In [1]:
import nltk
nltk.download('punkt_tab') #for sentence/word tokenization
nltk.download('wordnet') #wordnet lemmatization


[nltk_data] Downloading package punkt_tab to C:\Users\Vanshika
[nltk_data]     Garg\AppData\Roaming\nltk_data...
[nltk_data]   Package punkt_tab is already up-to-date!
[nltk_data] Downloading package wordnet to C:\Users\Vanshika
[nltk_data]     Garg\AppData\Roaming\nltk_data...
[nltk_data]   Package wordnet is already up-to-date!


True

In [2]:
#TOKENIZATION : breaking paragraph/sentences into words
#SENTENCE_TOKENISATION
#paragraph-->sentences

In [3]:
from nltk.tokenize import sent_tokenize

corpus = "I love animals. Nature is beautiful! Let's protect it."
sentences = sent_tokenize(corpus)
print(sentences)


['I love animals.', 'Nature is beautiful!', "Let's protect it."]


In [4]:
#WORD TOKENIZATION
#paragraph/sentence-->words

In [5]:
from nltk.tokenize import word_tokenize

(word_tokenize(corpus))

['I',
 'love',
 'animals',
 '.',
 'Nature',
 'is',
 'beautiful',
 '!',
 'Let',
 "'s",
 'protect',
 'it',
 '.']

In [6]:
from nltk.tokenize import wordpunct_tokenize
#treats punctuation as different words
(wordpunct_tokenize(corpus))

['I',
 'love',
 'animals',
 '.',
 'Nature',
 'is',
 'beautiful',
 '!',
 'Let',
 "'",
 's',
 'protect',
 'it',
 '.']

In [7]:
from nltk.tokenize import TreebankWordTokenizer
tokenizer=TreebankWordTokenizer()
tokenizer.tokenize(corpus)

# "." is not treated as a separate word in mid of sentence 

['I',
 'love',
 'animals.',
 'Nature',
 'is',
 'beautiful',
 '!',
 'Let',
 "'s",
 'protect',
 'it',
 '.']

**STEMMING**
reducing words to their root/base form


**PORTER STEMMER**

In [8]:
words=["playing","played", "player", "plays","history","historical","eat","eaten","eating"]
from nltk.stem import PorterStemmer

stemming=PorterStemmer()

for word in words:
    print(word+"---->"+stemming.stem(word))

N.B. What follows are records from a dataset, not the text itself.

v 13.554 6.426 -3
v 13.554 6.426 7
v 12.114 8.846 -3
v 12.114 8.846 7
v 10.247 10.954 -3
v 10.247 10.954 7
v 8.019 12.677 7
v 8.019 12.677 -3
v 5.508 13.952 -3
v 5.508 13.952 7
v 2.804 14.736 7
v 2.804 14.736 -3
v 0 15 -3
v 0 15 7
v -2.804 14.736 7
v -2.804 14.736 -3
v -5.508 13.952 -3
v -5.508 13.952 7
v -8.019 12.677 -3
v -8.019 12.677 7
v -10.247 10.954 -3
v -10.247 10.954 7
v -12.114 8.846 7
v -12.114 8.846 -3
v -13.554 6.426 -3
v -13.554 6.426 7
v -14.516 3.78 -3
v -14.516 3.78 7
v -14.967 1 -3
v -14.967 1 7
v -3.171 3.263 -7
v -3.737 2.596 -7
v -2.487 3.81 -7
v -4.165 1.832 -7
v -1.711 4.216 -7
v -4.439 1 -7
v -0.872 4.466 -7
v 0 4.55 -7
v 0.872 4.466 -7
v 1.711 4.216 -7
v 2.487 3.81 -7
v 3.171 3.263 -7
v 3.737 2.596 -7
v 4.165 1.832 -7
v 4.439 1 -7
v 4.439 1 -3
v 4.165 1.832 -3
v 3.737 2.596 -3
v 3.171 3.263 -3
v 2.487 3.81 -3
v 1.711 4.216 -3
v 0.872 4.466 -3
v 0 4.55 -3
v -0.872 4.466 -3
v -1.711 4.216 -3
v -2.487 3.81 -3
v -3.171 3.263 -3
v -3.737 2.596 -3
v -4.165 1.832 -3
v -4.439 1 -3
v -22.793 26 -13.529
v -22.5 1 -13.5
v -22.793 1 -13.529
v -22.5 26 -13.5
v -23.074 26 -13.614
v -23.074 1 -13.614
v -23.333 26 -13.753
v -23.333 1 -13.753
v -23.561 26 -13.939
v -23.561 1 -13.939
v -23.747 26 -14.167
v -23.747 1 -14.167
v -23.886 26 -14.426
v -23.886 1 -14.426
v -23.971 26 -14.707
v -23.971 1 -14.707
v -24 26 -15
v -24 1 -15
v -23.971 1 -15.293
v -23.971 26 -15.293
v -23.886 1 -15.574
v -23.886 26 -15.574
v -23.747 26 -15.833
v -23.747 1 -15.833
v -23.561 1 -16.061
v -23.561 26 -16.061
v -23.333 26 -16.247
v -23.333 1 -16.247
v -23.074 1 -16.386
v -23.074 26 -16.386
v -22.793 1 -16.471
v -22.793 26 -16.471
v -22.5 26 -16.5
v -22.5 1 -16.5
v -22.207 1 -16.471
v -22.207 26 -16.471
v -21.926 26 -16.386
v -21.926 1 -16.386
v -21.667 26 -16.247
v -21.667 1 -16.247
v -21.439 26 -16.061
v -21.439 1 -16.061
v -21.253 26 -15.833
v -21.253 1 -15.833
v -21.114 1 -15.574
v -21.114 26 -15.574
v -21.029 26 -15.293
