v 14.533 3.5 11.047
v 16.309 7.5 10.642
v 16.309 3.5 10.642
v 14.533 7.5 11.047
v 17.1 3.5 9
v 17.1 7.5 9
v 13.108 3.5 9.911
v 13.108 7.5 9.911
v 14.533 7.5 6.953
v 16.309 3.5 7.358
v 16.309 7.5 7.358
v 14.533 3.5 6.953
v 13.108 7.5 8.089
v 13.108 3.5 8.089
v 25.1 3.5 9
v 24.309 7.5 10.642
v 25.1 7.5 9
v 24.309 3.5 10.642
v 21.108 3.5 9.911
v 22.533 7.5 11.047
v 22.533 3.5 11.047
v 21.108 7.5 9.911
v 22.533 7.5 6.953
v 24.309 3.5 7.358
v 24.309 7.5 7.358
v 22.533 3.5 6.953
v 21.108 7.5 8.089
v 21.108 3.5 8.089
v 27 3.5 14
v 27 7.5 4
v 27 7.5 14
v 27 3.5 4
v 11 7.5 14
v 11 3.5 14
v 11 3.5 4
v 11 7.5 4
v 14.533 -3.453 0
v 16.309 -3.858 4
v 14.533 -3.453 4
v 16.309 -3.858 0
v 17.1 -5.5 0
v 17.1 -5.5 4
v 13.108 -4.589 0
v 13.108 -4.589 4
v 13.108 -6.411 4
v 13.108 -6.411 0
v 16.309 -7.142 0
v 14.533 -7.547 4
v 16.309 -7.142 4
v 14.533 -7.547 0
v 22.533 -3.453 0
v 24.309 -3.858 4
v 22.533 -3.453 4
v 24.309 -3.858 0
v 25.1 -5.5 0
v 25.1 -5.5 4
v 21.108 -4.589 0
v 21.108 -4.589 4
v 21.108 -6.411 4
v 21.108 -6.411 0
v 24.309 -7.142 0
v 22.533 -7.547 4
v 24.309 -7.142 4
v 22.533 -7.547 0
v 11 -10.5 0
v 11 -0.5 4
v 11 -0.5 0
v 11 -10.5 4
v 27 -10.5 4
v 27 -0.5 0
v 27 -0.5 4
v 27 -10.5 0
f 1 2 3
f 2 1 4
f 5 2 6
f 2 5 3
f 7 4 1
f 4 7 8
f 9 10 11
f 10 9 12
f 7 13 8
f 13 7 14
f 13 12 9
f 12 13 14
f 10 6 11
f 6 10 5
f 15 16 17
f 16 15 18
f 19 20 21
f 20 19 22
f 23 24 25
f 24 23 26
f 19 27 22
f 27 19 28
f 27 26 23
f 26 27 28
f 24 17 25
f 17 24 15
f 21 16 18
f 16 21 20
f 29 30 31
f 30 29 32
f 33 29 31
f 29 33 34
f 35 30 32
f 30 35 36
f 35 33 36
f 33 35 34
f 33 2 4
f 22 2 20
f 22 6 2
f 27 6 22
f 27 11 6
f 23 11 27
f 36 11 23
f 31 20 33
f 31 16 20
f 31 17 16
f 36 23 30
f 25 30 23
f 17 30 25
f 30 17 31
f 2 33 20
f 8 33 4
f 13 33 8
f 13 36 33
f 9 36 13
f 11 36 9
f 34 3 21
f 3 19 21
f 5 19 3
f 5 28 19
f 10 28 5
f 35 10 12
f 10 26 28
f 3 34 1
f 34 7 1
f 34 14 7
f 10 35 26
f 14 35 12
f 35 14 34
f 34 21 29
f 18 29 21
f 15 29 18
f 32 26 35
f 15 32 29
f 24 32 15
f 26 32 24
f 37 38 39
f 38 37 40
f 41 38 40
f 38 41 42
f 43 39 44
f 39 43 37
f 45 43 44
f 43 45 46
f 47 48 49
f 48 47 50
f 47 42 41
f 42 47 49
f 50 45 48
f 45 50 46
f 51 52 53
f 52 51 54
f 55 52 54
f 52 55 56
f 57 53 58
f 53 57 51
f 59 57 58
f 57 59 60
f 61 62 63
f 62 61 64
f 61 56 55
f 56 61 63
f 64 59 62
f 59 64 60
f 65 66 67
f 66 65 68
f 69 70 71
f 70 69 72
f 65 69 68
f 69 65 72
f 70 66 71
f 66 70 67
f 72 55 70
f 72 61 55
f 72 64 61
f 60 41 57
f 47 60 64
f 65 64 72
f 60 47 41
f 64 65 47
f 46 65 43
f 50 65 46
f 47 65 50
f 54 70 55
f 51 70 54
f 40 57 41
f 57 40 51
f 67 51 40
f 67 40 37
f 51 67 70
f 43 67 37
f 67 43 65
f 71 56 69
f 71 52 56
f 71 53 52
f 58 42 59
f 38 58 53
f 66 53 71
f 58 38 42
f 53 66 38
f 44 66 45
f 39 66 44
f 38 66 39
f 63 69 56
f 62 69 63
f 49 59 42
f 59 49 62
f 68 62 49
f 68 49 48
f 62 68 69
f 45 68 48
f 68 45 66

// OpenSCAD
difference(){
union(){
scale([0.4,0.4,1]) linear_extrude(file = "servo_stick.dxf",
height = 4, convexity = 10
);
 translate([11,3.5,4])cube([16,4,10]);
}

union(){

translate([15,20,9])rotate([90,0,0])cylinder(r=2.1,h=100);
translate([23,20,9])rotate([90,0,0])cylinder(r=2.1,h=100);
translate([8,11,-10])cylinder(r=1.2,h=100);
translate([8,16,-10])cylinder(r=1.2,h=100);
translate([8,21,-10])cylinder(r=1.2,h=100);
translate([8,26,-10])cylinder(r=1.2,h=100);
translate([8,31,-10])cylinder(r=1.2,h=100);

}
}

difference(){
 translate([11,3.5-4,0])rotate([90,0,0])cube([16,4,10]);
union(){
translate([15,-5.5,-1])cylinder(r=2.1,h=100);
translate([23,-5.5,-1])cylinder(r=2.1,h=100);
}
}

#Disadvantage: many words cannot be rooted correctly

playing---->play
played---->play
player---->player
plays---->play
history---->histori
historical---->histor
eat---->eat
eaten---->eaten
eating---->eat


**REGEXP STEMMER** The RegexpStemmer lets you define your own regex rules to chop off word endings (suffixes) 


In [9]:
from nltk.stem import RegexpStemmer
reg_stemmer=RegexpStemmer('ing$|s$|en$|',min=4)
#$--> ending with ing,s,en amd minimum word length=4
reg_stemmer.stem('eating')

'eat'

**SNOWBALL STEMMER** 

In [10]:
from nltk.stem import SnowballStemmer

snow_stemmer=SnowballStemmer('english')
for word in words:
    print(word+"---->"+snow_stemmer.stem(word))

snow_stemmer.stem('fairly')

playing---->play
played---->play
player---->player
plays---->play
history---->histori
historical---->histor
eat---->eat
eaten---->eaten
eating---->eat


'fair'

**LEMETIZATION** : returning a word to its base/real word form


In [11]:
from nltk.stem import WordNetLemmatizer

lemmatizer=WordNetLemmatizer()
lemmatizer.lemmatize('going',pos='v')

'''POS :
NOUN-n
VERB-v
ADJECTIVE-a
ADVERB-r'''

for word in words:
    print(word+ "---->"+lemmatizer.lemmatize(word,pos='v'))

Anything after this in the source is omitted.